#### Collected data entries
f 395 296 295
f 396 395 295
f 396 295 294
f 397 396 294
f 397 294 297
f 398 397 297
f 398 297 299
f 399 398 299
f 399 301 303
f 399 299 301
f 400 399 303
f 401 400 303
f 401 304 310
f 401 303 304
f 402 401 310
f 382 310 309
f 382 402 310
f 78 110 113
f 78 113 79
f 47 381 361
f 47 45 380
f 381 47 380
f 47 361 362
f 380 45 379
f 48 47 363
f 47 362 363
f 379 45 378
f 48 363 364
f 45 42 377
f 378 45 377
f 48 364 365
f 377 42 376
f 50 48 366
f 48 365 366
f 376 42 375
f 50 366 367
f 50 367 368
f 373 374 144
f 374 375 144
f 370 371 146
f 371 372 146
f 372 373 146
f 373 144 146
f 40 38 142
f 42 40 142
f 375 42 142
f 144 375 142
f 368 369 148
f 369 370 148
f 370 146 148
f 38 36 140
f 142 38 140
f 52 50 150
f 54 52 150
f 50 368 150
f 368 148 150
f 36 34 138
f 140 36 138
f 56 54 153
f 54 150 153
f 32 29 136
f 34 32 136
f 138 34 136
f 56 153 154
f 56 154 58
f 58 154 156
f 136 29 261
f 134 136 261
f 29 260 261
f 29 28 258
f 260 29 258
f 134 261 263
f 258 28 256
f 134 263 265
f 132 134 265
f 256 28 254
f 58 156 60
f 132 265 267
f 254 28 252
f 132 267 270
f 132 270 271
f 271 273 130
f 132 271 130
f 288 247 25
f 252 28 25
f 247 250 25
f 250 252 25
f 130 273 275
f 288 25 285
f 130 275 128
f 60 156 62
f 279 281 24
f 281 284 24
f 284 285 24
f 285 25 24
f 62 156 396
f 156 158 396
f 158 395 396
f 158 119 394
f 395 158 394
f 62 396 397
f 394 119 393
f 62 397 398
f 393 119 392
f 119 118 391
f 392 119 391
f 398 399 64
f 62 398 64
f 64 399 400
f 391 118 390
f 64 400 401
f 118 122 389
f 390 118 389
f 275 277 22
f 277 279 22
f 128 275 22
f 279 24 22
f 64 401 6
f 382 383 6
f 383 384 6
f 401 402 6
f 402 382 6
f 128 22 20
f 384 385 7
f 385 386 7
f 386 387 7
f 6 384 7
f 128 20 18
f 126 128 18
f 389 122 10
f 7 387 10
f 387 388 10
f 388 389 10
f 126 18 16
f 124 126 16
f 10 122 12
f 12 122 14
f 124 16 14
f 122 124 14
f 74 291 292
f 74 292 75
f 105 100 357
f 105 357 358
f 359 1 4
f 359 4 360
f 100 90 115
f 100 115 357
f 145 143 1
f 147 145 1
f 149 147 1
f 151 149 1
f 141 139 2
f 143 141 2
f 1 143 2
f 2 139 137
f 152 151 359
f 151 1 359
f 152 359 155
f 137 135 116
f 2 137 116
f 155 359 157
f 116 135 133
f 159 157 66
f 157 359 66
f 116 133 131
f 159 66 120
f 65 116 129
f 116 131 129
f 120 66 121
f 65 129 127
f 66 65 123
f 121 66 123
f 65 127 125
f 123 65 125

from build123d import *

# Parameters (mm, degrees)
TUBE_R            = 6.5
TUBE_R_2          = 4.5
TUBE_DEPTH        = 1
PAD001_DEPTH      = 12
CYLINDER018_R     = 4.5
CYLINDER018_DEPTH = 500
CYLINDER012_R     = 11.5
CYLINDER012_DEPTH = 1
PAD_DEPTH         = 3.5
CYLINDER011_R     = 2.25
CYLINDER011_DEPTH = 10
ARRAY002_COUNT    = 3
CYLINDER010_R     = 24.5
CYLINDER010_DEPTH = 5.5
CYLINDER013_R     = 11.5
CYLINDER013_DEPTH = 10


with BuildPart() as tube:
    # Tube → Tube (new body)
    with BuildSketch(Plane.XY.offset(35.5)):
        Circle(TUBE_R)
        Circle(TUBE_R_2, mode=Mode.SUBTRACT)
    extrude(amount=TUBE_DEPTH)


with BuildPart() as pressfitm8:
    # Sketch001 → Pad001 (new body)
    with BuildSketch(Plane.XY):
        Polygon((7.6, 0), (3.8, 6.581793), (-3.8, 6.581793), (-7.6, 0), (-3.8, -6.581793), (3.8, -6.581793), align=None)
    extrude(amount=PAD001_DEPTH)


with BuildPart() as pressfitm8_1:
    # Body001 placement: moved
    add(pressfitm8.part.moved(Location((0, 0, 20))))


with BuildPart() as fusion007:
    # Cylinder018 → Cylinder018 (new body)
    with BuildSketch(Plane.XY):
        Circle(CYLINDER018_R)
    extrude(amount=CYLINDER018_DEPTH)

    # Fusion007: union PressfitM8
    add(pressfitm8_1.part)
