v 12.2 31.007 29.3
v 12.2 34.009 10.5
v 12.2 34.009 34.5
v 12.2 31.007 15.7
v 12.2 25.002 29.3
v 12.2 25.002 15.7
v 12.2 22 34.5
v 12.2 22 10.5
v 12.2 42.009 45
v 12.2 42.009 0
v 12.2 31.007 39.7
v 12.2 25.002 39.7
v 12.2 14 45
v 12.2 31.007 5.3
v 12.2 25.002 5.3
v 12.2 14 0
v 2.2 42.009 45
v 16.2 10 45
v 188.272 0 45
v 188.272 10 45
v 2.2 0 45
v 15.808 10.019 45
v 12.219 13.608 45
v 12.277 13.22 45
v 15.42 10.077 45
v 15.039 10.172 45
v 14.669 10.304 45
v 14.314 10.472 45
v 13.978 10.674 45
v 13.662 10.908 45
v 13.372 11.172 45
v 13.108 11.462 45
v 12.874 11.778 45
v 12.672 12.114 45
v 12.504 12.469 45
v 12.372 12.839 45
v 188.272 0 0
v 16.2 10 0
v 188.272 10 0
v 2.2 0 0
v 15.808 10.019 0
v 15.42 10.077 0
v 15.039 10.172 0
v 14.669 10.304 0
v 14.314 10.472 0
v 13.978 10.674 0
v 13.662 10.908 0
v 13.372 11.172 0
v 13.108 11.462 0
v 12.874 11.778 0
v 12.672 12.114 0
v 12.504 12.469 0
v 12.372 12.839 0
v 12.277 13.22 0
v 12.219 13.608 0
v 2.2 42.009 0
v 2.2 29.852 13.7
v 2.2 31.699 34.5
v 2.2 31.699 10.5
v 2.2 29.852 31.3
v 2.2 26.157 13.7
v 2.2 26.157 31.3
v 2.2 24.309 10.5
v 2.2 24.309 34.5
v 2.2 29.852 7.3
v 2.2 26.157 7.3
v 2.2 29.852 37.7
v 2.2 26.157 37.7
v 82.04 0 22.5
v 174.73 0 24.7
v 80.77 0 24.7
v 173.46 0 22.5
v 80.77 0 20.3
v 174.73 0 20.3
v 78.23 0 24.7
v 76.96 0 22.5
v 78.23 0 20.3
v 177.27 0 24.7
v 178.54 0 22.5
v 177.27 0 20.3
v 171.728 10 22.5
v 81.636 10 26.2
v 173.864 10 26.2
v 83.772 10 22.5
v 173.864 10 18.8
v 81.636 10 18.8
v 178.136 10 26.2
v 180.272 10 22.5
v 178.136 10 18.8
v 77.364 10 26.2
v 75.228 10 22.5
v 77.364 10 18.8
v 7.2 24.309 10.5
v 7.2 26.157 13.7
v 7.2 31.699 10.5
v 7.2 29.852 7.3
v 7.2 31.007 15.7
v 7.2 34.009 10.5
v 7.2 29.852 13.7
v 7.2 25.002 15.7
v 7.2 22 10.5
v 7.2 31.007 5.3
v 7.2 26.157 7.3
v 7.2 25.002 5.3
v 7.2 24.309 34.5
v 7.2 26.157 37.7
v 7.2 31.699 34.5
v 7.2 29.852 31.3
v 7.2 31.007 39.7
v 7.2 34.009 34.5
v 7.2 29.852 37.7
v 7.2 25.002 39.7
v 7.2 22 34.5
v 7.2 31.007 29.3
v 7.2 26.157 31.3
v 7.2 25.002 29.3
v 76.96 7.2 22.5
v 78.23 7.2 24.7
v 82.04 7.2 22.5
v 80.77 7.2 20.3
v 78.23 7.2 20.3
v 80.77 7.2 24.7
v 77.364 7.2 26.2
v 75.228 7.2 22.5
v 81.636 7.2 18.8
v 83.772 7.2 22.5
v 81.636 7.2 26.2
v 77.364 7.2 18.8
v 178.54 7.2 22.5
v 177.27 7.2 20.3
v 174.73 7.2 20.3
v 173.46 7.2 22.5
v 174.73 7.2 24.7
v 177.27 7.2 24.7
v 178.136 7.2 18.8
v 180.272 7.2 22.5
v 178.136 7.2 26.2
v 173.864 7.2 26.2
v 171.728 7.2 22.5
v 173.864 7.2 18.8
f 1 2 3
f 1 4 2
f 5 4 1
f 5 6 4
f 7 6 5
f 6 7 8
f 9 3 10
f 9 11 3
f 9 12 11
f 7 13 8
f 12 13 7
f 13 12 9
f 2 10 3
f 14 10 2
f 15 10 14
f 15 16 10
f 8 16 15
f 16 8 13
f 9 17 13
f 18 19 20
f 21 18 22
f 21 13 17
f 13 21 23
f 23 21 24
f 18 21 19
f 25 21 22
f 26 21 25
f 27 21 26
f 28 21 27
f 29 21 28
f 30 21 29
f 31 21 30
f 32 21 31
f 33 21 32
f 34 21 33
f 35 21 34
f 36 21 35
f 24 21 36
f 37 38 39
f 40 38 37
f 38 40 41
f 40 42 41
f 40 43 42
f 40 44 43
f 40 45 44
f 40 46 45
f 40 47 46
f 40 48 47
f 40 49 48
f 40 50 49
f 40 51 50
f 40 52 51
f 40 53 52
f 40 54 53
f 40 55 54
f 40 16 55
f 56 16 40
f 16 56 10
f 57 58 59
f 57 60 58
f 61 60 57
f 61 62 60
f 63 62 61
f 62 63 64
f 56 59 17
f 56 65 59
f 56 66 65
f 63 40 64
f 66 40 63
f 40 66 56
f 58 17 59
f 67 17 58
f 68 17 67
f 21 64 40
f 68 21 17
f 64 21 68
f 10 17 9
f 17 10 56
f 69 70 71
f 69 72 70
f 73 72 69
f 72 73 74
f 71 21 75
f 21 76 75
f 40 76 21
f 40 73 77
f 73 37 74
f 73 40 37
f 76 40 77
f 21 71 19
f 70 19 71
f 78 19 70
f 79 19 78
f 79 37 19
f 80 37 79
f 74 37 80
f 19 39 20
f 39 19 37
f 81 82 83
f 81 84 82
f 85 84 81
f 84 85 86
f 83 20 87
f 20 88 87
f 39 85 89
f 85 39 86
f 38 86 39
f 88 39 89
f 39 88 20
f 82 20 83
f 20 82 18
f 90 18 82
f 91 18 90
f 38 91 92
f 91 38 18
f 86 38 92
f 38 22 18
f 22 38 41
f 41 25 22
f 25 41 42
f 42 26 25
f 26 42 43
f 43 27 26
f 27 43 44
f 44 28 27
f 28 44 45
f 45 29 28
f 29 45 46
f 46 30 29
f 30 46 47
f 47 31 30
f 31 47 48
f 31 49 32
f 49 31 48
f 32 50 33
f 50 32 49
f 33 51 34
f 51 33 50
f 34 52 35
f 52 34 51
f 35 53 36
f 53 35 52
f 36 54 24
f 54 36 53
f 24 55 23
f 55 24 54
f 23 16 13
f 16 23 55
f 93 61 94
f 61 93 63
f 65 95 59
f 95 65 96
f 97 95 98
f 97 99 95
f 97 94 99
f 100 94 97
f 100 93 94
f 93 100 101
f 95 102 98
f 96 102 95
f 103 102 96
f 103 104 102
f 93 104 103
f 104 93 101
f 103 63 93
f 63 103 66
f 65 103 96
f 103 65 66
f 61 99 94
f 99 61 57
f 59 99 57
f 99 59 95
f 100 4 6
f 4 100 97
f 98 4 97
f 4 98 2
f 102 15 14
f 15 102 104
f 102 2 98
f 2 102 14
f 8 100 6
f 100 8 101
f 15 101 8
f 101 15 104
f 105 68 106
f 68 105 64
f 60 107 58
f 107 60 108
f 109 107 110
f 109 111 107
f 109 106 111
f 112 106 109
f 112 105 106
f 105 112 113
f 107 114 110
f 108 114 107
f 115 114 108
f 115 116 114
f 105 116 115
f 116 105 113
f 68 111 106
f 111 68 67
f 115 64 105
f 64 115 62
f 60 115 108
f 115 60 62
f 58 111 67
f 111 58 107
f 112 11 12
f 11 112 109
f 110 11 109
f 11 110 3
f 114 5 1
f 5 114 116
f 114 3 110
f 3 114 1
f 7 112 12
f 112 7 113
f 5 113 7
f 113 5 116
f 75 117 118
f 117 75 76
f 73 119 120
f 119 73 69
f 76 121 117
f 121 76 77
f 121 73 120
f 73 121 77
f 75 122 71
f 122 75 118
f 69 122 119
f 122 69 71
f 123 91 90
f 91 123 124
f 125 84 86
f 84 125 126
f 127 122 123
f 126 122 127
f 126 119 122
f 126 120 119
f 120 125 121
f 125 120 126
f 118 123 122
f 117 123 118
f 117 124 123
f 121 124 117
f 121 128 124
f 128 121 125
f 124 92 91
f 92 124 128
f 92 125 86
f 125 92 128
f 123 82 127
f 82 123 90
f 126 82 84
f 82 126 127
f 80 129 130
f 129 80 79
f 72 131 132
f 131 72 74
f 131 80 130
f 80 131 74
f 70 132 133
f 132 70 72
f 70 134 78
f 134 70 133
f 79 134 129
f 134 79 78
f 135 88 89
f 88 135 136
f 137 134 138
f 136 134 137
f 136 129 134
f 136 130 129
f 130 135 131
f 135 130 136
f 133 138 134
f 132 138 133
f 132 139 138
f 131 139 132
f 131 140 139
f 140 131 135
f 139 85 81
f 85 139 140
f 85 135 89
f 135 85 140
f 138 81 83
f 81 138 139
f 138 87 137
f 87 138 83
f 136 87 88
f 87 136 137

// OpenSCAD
// file: ../../../modules/steel_rack.scad
use <bolts.scad>;

bolt_edge_offset = 15;
bolt_positions = [
  bolt_edge_offset,
  bolt_edge_offset + 98,
  bolt_edge_offset + 98 + 24,
];

module bolt_and_nut(y, h) {
  nut_thickness = 5;
  translate([0, y, h / 2])
    m6_bolt_hole(h + 1, center = true);
  translate([0, y, h - nut_thickness / 2])
    rotate([0, 0, 90])
    m6_nut_trap(nut_thickness, center = true);
}

module long_bar(w, y, h) {
  difference() {
    translate([w / 2, y / 2, h / 2])
      cube([w, y, h], center = true);

    for (x = bolt_positions) {
      translate([x, 0, 0])
        bolt_and_nut(y / 2, h);
    }
  }
}

module short_bar(w, y, h) {
  difference() {
    translate([w / 2, y / 2, h / 2])
      cube([w, y, h], center = true);

    translate([bolt_positions[0], 0, 0])
      bolt_and_nut(y / 2, h);
  }
}

module fillet_profile(r, h) {
  linear_extrude(height = h, center = true)
    difference() {
      square([r, r]);
      circle(r = r, $fn = 64);
    }
}
// file: ../../../modules/bolts.scad
module nut_trap(d, h, center = true) {
  linear_extrude(height = h, center = center)
  circle(d = d / cos(30), $fn = 6);
}

module bolt_hole(d, h, center = true) {
  linear_extrude(height = h, center = center)
  circle(d = d, $fn = 64);
}

// Hex holes for self-tapping (nominal - 0.2mm)
module hex_hole(flat_d, h) {
  linear_extrude(height = h, center = true)
  circle(d = flat_d / cos(30), $fn = 6);
}

module m3_bolt_hexhole(h) {
  rotate([0, 0, 90]) hex_hole(flat_d = 2.8, h = h);
}

module m4_bolt_hexhole(h) {
  rotate([0, 0, 90]) hex_hole(flat_d = 3.8, h = h);
}

module m6_bolt_hexhole(h) {
  rotate([0, 0, 90]) hex_hole(flat_d = 5.8, h = h);
}

module m8_bolt_hexhole(h) {
  rotate([0, 0, 90]) hex_hole(flat_d = 7.8, h = h);
}

// M3
module m3_bolt_hole(h, center = false) { bolt_hole(d = 3.4, h = h, center = center); }
module m3_nut_trap(h, center = false) { nut_trap(d = 5.7, h = h, center = center); }

// M4
module m4_bolt_hole(h, center = false) { bolt_hole(d = 4.4, h = h, center = center); }
module m4_nut_trap(h, center = false) { nut_trap(d = 7.5, h = h, center = center); }

// M6
module m6_bolt_hole(h, center = false) { bolt_hole(d = 6.2, h = h, center = center); }
module m6_nut_trap(h, center = false) { nut_trap(d = 10.2, h = h, center = center); }

// M8
module m8_bolt_hole(h, center = false) { bolt_hole(d = 8.4, h = h, center = center); }
module m8_nut_trap(h, center = false) { nut_trap(d = 13.3, h = h, center = center); }
// file: ../../../modules/slide_rail_outer_bracket.scad
use <bolts.scad>
use <steel_rack.scad>

// スライドレール外側とL字アングルを接合するL字ブラケット。
// 設計の経緯と確定値は ledger/designs/steel-rack-500x400.md が正本。
//
// 座標系 (部品自身の datum):
//   X = 0 がこの部品側のL字アングル外側面。部品はアングル板厚の内側から始まる
//   Y = 0 がスライドレール外側面。+Y がラック外側
//   Z = 0 が部品底面 (レール下端と一致)
// front は screw_x = [37, 101.5]、rear は [79.5, 176] を自分の datum
// から渡す。 M6 が高さ 22.5±12 の対称配置のため部品は Z 反転対称になり、
// 左右のレールにも上下反転するだけで同じ2部品を使い回せる。

bracket_height = 45;
flange_t = 10;
inner_r = 4;
m6_z = [ 10.5, 34.5 ];
// クリアランス基準: 呼び寸法 + 0.4mm (実プリントの嵌合結果から拡大)
m6_pass_flat = 6.4; // M6ボルト通し六角の二面幅 (手前5mm)
m6_nut_flat = 10.4; // M6ナット窪み六角の二面幅 (奥5mm、ナット実測9.8 + 実効0.6)
m6_stage_depth = 5;
screw_z = 22.5;
m4_pass_flat = 4.4; // M4小トラスネジ通し六角の二面幅
m4_nut_flat = 7.4; // M4ナット窪み六角の二面幅 (ナット実測6.8 + 実効0.6)
m4_nut_depth = 2.8; // M4ナット窪みの深さ (user指定)
edge_margin = 8; // 穴の外縁から部品端までの余白 (自由な辺のみ)
angle_t = 2.2; // L字アングルの板厚

// 六角プリズム: 軸X・上下の辺が水平 (flat-up)。
// 天井を短い水平ブリッジにして垂れの改善を狙う
// (point-up だと天井面が水平から30°になり垂れた — 嵌合試験で確認済み)
module
hex_x_flat_up(flat_d, l)
{
    rotate([ 0, 90, 0 ]) rotate([ 0, 0, 90 ]) hex_hole(flat_d = flat_d, h = l);
}

// 六角プリズム: 軸Y・上下の辺が水平 (flat-up)。M6と同じくブリッジ天井
module
hex_y_flat_up(flat_d, l)
{
    rotate([ 90, 0, 0 ]) hex_hole(flat_d = flat_d, h = l);
}

module
slide_rail_outer_bracket(screw_x, name = "bracket")
{
    // flat-up配置では水平方向の穴半径は対角/2 (= 二面幅/(2*cos30))。
    // 8mm余白の契約はこの実半径に対して守る
    m6_nut_diag = m6_nut_flat / cos(30);
    m4_nut_diag = m4_nut_flat / cos(30);
    // 短辺のY寸法: 長辺厚 + 内側R + 余白 + M6六角(対角) + 余白
    m6_y = flange_t + inner_r + edge_margin + m6_nut_diag / 2;
    short_len = m6_y + m6_nut_diag / 2 + edge_margin;
    // 長辺のX終端: 最奥のM4穴の最大断面 (ナット窪みの対角の半分) + 余白
    arm_end = max(screw_x) + m4_nut_diag / 2 + edge_margin;

    echo(str("CONTRACT ", name, ": height = ", bracket_height));
    echo(str("CONTRACT ", name, ": flange_t = ", flange_t));
    echo(str("CONTRACT ", name, ": inner_r = ", inner_r));
    echo(str("CONTRACT ", name, ": m6_z = ", m6_z));
    echo(str("CONTRACT ", name, ": m6_pass_flat = ", m6_pass_flat));
    echo(str("CONTRACT ", name, ": m6_nut_flat = ", m6_nut_flat));
    echo(str("CONTRACT ", name, ": screw_z = ", screw_z));
    echo(str("CONTRACT ", name, ": m4_pass_flat = ", m4_pass_flat));
    echo(str("CONTRACT ", name, ": m4_nut_flat = ", m4_nut_flat));
    echo(str("CONTRACT ", name, ": m4_nut_depth = ", m4_nut_depth));
    echo(str("CONTRACT ", name, ": edge_margin = ", edge_margin));
    echo(str("CONTRACT ", name, ": angle_t = ", angle_t));
    echo(str("CONTRACT ", name, ": screw_x = ", screw_x));
    echo(str("CONTRACT ",
             name,
             ": m6_y = ",
             m6_y,
             ", short_len = ",
             short_len,
             ", arm_end = ",
             arm_end));

    // 余白の契約 (自由な辺のみ。高さ45とM6のZはuser固定値なので対象外)
    assert(m6_y - m6_nut_diag / 2 - (flange_t + inner_r) >= edge_margin,
           "M6 hole too close to the inner corner");
    assert(short_len - (m6_y + m6_nut_diag / 2) >= edge_margin,
           "M6 hole too close to the short-flange edge");
    assert(arm_end - (max(screw_x) + m4_nut_diag / 2) >= edge_margin,
           "M4 hole too close to the arm end");
    assert(min(screw_x) - m4_nut_diag / 2 >= angle_t + flange_t,
           "M4 hole overlaps the short flange");

    difference()
    {
        union()
        {
            // 短辺: アングル内側に当たる縦板 (M6で締結)
            translate([ angle_t, 0, 0 ])
                cube([ flange_t, short_len, bracket_height ]);

            // 長辺: レール外側面に当たる横板 (M4小トラスネジ+ナットで締結)
            translate([ angle_t, 0, 0 ])
                cube([ arm_end - angle_t, flange_t, bracket_height ]);

            // 内側コーナーのR4フィレット (応力集中の回避)
            translate([
                angle_t + flange_t + inner_r,
                flange_t + inner_r,
                bracket_height / 2
            ]) rotate([ 0, 0, 180 ]) fillet_profile(inner_r, bracket_height);
        }

        // M6の2段六角穴 (軸X・flat-up): 手前5mmが通し、奥5mmがナット窪み
        for (z = m6_z) {
            translate([ angle_t + m6_stage_depth / 2 - 0.05, m6_y, z ])
                hex_x_flat_up(m6_pass_flat, m6_stage_depth + 0.1);
            translate(
                [ angle_t + flange_t - m6_stage_depth / 2 + 0.05, m6_y, z ])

#### Task objective
Would you output, from the records above, exactly the run of lines that starts at the line containing "f 103 104 102" and ends at the line containing "f 105 116 115", and only that run?

#### Your response
f 103 104 102
f 93 104 103
f 104 93 101
f 103 63 93
f 63 103 66
f 65 103 96
f 103 65 66
f 61 99 94
f 99 61 57
f 59 99 57
f 99 59 95
f 100 4 6
f 4 100 97
f 98 4 97
f 4 98 2
f 102 15 14
f 15 102 104
f 102 2 98
f 2 102 14
f 8 100 6
f 100 8 101
f 15 101 8
f 101 15 104
f 105 68 106
f 68 105 64
f 60 107 58
f 107 60 108
f 109 107 110
f 109 111 107
f 109 106 111
f 112 106 109
f 112 105 106
f 105 112 113
f 107 114 110
f 108 114 107
f 115 114 108
f 115 116 114
f 105 116 115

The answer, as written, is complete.